GIVEN RECORDS:
┄┄┄┄┄┄┄┄┄┄┄┄┄┄┄┄┄┄┄┄

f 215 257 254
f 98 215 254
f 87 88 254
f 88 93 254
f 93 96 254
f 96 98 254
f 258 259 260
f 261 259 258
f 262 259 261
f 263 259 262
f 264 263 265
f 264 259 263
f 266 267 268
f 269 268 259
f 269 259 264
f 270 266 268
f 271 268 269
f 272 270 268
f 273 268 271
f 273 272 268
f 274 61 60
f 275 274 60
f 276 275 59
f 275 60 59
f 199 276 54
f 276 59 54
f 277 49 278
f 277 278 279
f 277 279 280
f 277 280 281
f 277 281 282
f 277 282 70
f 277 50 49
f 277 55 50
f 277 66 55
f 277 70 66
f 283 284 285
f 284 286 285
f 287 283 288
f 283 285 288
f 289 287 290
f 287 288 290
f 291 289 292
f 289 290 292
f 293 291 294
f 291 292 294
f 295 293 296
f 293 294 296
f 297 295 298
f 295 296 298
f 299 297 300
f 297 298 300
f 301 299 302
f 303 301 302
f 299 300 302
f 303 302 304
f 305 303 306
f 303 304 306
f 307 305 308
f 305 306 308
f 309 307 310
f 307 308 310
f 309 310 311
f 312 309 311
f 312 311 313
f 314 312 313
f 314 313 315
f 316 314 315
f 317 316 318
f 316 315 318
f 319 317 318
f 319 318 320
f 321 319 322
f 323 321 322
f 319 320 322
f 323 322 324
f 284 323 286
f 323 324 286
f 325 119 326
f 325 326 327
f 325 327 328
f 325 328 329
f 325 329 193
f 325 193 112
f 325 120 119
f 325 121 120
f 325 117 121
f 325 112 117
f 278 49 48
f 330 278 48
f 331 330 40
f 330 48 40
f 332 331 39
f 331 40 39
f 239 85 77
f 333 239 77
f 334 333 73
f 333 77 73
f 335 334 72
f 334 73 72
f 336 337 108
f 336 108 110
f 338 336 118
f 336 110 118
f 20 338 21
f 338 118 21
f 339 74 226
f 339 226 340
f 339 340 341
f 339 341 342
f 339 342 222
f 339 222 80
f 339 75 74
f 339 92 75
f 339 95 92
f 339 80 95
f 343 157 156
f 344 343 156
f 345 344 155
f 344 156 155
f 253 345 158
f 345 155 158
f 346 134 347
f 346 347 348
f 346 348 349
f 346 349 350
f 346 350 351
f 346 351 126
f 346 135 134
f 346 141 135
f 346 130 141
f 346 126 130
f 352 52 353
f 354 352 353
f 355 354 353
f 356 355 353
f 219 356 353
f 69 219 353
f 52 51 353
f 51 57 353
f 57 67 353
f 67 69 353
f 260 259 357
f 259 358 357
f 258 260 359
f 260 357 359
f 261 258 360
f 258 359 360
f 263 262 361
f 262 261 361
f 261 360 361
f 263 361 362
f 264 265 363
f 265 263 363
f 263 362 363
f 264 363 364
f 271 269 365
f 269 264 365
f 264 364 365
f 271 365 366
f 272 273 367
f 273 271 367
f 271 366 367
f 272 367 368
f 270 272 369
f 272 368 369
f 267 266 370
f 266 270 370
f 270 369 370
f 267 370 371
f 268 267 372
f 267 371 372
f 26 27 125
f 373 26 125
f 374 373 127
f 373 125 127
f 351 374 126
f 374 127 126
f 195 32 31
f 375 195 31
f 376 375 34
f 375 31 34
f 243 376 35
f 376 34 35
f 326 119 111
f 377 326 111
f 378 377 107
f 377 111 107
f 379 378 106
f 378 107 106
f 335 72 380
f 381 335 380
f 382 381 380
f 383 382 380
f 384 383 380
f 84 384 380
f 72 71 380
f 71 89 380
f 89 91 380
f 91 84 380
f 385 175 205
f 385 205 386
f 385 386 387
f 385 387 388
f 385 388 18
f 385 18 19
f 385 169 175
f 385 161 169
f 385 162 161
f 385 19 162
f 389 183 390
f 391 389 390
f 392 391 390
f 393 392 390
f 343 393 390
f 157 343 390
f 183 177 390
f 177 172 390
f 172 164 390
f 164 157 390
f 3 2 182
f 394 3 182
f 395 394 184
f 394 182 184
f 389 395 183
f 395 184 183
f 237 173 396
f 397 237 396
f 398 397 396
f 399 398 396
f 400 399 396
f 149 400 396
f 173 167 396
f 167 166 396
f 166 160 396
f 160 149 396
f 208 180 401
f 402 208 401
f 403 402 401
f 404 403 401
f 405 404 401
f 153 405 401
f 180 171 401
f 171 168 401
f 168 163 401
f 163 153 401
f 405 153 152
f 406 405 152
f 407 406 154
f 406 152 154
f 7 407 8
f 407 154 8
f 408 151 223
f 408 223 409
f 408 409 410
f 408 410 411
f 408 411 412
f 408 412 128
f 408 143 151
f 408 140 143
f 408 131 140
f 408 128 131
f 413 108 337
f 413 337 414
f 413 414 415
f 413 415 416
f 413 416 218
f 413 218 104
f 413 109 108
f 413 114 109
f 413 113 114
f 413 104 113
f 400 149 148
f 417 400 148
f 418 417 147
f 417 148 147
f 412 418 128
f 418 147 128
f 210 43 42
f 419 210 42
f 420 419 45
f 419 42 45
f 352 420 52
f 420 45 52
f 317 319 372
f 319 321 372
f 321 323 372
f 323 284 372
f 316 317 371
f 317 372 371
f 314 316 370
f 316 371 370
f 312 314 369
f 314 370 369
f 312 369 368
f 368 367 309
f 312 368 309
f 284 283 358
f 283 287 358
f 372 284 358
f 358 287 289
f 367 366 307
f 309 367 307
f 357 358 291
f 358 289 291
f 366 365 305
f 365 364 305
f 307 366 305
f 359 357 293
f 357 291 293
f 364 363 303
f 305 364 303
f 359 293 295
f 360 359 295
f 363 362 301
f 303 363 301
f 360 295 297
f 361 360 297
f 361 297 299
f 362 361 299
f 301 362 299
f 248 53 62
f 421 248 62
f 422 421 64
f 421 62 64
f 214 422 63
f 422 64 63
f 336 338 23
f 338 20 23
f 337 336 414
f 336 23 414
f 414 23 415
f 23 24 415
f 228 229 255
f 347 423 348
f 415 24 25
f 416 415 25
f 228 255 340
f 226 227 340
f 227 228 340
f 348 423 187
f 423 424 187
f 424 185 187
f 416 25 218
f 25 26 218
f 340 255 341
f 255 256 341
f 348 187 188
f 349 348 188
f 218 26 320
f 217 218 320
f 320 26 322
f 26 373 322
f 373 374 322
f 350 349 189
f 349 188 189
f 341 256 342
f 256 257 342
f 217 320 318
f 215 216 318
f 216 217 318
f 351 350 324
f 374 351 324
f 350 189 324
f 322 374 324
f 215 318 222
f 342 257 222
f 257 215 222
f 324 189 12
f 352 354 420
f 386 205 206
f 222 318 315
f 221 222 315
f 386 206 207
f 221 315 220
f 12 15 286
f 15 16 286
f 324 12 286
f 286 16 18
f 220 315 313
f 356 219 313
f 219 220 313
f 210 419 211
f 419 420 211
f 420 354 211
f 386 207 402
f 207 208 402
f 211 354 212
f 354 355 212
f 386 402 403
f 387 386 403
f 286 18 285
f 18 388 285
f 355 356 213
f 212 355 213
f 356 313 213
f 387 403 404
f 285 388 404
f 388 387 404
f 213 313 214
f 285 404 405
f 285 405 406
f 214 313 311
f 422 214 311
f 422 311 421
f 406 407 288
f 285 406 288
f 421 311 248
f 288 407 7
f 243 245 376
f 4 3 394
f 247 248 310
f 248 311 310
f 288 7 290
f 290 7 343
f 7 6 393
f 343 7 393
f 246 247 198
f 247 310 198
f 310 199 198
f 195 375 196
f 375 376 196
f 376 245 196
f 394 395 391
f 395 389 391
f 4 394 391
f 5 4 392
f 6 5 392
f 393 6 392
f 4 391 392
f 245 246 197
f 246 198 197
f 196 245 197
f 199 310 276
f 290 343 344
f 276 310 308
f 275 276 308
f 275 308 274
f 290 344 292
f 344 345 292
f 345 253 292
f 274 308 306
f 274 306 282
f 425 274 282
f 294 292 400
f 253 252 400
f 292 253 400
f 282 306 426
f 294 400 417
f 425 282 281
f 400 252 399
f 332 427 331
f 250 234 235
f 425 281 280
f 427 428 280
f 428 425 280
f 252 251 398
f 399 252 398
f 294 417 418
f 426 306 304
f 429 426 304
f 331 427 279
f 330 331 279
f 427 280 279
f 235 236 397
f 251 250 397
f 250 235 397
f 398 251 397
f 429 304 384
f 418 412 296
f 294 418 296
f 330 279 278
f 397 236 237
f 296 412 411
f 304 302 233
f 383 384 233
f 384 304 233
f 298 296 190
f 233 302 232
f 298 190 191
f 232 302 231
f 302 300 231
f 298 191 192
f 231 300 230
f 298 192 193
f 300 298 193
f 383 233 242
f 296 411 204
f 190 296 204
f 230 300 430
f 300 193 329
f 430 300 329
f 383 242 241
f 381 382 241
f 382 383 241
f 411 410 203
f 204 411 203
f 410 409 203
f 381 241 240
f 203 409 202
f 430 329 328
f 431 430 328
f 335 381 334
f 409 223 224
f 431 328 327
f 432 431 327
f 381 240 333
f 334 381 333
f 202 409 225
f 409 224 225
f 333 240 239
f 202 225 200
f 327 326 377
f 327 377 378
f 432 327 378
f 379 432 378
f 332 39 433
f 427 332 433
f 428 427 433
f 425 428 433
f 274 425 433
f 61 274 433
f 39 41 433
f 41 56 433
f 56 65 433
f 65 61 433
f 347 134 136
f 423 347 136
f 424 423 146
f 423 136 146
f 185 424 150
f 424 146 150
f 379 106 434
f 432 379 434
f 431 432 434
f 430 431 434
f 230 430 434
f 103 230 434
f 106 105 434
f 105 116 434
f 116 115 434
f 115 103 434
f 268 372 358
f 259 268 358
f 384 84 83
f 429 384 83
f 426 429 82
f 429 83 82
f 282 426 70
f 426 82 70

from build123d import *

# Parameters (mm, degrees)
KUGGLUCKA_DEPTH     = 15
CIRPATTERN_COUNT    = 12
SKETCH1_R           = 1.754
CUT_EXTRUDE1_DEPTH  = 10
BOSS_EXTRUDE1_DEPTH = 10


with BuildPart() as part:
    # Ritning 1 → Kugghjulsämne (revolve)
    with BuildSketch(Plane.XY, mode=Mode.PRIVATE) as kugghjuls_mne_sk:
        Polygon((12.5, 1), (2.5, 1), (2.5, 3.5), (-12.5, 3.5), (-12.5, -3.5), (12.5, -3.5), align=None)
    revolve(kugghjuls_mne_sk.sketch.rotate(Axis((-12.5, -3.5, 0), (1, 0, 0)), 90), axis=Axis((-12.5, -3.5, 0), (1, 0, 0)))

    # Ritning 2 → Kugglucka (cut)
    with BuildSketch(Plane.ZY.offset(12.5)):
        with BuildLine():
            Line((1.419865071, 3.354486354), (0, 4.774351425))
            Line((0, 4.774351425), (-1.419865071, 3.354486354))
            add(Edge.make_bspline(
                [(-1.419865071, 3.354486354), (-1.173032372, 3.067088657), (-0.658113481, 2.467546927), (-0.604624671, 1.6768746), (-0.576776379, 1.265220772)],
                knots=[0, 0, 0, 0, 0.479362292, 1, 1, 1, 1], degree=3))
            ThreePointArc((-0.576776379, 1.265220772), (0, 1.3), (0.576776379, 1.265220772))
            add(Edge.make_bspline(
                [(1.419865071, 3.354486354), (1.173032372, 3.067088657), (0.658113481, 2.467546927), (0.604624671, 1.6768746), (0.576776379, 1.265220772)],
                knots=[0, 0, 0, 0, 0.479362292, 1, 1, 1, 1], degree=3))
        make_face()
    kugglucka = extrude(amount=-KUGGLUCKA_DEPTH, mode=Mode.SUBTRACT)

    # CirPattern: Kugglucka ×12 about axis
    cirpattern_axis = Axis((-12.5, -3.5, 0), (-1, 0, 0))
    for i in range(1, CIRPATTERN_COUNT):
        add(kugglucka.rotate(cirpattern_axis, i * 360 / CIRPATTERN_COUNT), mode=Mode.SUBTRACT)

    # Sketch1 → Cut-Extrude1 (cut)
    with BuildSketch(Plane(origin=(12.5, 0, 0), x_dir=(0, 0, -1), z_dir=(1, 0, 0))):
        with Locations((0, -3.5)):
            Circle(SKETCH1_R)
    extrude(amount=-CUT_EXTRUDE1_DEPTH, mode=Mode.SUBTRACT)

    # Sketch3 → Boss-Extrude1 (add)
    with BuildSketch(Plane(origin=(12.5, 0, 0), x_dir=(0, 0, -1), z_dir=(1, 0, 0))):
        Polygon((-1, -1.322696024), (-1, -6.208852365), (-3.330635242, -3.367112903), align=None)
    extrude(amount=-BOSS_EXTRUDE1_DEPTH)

┄┄┄┄┄┄┄┄┄┄┄┄┄┄┄┄┄┄┄┄

TASK DESCRIPTION:
Transcribe the records above from the line holding "f 339 92 75" down to the line holding "f 385 175 205", inclusive, without adding anything.

ANSWER SPACE:
f 339 92 75
f 339 95 92
f 339 80 95
f 343 157 156
f 344 343 156
f 345 344 155
f 344 156 155
f 253 345 158
f 345 155 158
f 346 134 347
f 346 347 348
f 346 348 349
f 346 349 350
f 346 350 351
f 346 351 126
f 346 135 134
f 346 141 135
f 346 130 141
f 346 126 130
f 352 52 353
f 354 352 353
f 355 354 353
f 356 355 353
f 219 356 353
f 69 219 353
f 52 51 353
f 51 57 353
f 57 67 353
f 67 69 353
f 260 259 357
f 259 358 357
f 258 260 359
f 260 357 359
f 261 258 360
f 258 359 360
f 263 262 361
f 262 261 361
f 261 360 361
f 263 361 362
f 264 265 363
f 265 263 363
f 263 362 363
f 264 363 364
f 271 269 365
f 269 264 365
f 264 364 365
f 271 365 366
f 272 273 367
f 273 271 367
f 271 366 367
f 272 367 368
f 270 272 369
f 272 368 369
f 267 266 370
f 266 270 370
f 270 369 370
f 267 370 371
f 268 267 372
f 267 371 372
f 26 27 125
f 373 26 125
f 374 373 127
f 373 125 127
f 351 374 126
f 374 127 126
f 195 32 31
f 375 195 31
f 376 375 34
f 375 31 34
f 243 376 35
f 376 34 35
f 326 119 111
f 377 326 111
f 378 377 107
f 377 111 107
f 379 378 106
f 378 107 106
f 335 72 380
f 381 335 380
f 382 381 380
f 383 382 380
f 384 383 380
f 84 384 380
f 72 71 380
f 71 89 380
f 89 91 380
f 91 84 380
f 385 175 205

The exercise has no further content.